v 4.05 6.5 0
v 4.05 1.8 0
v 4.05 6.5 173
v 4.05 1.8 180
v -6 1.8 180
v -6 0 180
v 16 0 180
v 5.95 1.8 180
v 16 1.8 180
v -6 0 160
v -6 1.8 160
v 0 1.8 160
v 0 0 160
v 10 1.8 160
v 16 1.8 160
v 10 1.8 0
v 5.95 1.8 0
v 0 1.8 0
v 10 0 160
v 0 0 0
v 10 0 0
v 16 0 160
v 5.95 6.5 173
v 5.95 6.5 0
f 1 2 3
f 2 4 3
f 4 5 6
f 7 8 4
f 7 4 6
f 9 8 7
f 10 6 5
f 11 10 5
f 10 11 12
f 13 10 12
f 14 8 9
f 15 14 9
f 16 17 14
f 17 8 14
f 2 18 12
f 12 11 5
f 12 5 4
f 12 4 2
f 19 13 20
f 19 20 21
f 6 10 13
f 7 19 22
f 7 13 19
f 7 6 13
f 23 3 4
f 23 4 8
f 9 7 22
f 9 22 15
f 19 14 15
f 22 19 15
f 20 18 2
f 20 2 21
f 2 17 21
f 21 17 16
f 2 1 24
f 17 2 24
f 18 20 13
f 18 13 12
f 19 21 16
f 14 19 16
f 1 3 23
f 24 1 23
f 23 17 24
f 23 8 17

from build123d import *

# Parameters (mm, degrees)
SKETCH1_W           = 10
SKETCH1_H           = 1.8
SKETCH1_W_2         = 1.9
SKETCH1_H_2         = 4.7
BOSS_EXTRUDE1_DEPTH = 180
SKETCH2_W           = 22
SKETCH2_H           = 1.8
BOSS_EXTRUDE2_DEPTH = 20
CHAMFER1_SIZE       = 7
CHAMFER1_SIZE2      = 4.7


with BuildPart() as part:
    # Sketch1 → Boss-Extrude1 (new body)
    with BuildSketch(Plane.XY):
        with Locations((5, 0.9)):
            Rectangle(SKETCH1_W, SKETCH1_H)
        with Locations((5, 4.15)):
            Rectangle(SKETCH1_W_2, SKETCH1_H_2)
    extrude(amount=BOSS_EXTRUDE1_DEPTH)

    # Sketch2 → Boss-Extrude2 (add)
    with BuildSketch(Plane.XY.offset(180)):
        with Locations((5, 0.9)):
            Rectangle(SKETCH2_W, SKETCH2_H)
    extrude(amount=-BOSS_EXTRUDE2_DEPTH)

    # Chamfer1
    chamfer1_edges = [part.edges().sort_by_distance(p)[0] for p in [
        (5, 6.5, 180),
    ]]
    chamfer1_side = [part.faces().sort_by_distance(p)[0] for p in [
        (5, 6.5, 90),
    ]]
    chamfer(chamfer1_edges, length=CHAMFER1_SIZE, length2=CHAMFER1_SIZE2, reference=chamfer1_side[0])


solid = part.part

——————————

__Your goal__: Line by line, copy the records exactly.

__Answer box__:
v 4.05 6.5 0
v 4.05 1.8 0
v 4.05 6.5 173
v 4.05 1.8 180
v -6 1.8 180
v -6 0 180
v 16 0 180
v 5.95 1.8 180
v 16 1.8 180
v -6 0 160
v -6 1.8 160
v 0 1.8 160
v 0 0 160
v 10 1.8 160
v 16 1.8 160
v 10 1.8 0
v 5.95 1.8 0
v 0 1.8 0
v 10 0 160
v 0 0 0
v 10 0 0
v 16 0 160
v 5.95 6.5 173
v 5.95 6.5 0
f 1 2 3
f 2 4 3
f 4 5 6
f 7 8 4
f 7 4 6
f 9 8 7
f 10 6 5
f 11 10 5
f 10 11 12
f 13 10 12
f 14 8 9
f 15 14 9
f 16 17 14
f 17 8 14
f 2 18 12
f 12 11 5
f 12 5 4
f 12 4 2
f 19 13 20
f 19 20 21
f 6 10 13
f 7 19 22
f 7 13 19
f 7 6 13
f 23 3 4
f 23 4 8
f 9 7 22
f 9 22 15
f 19 14 15
f 22 19 15
f 20 18 2
f 20 2 21
f 2 17 21
f 21 17 16
f 2 1 24
f 17 2 24
f 18 20 13
f 18 13 12
f 19 21 16
f 14 19 16
f 1 3 23
f 24 1 23
f 23 17 24
f 23 8 17

from build123d import *

# Parameters (mm, degrees)
SKETCH1_W           = 10
SKETCH1_H           = 1.8
SKETCH1_W_2         = 1.9
SKETCH1_H_2         = 4.7
BOSS_EXTRUDE1_DEPTH = 180
SKETCH2_W           = 22
SKETCH2_H           = 1.8
BOSS_EXTRUDE2_DEPTH = 20
CHAMFER1_SIZE       = 7
CHAMFER1_SIZE2      = 4.7


with BuildPart() as part:
    # Sketch1 → Boss-Extrude1 (new body)
    with BuildSketch(Plane.XY):
        with Locations((5, 0.9)):
            Rectangle(SKETCH1_W, SKETCH1_H)
        with Locations((5, 4.15)):
            Rectangle(SKETCH1_W_2, SKETCH1_H_2)
    extrude(amount=BOSS_EXTRUDE1_DEPTH)

    # Sketch2 → Boss-Extrude2 (add)
    with BuildSketch(Plane.XY.offset(180)):
        with Locations((5, 0.9)):
            Rectangle(SKETCH2_W, SKETCH2_H)
    extrude(amount=-BOSS_EXTRUDE2_DEPTH)

    # Chamfer1
    chamfer1_edges = [part.edges().sort_by_distance(p)[0] for p in [
        (5, 6.5, 180),
    ]]
    chamfer1_side = [part.faces().sort_by_distance(p)[0] for p in [
        (5, 6.5, 90),
    ]]
    chamfer(chamfer1_edges, length=CHAMFER1_SIZE, length2=CHAMFER1_SIZE2, reference=chamfer1_side[0])


solid = part.part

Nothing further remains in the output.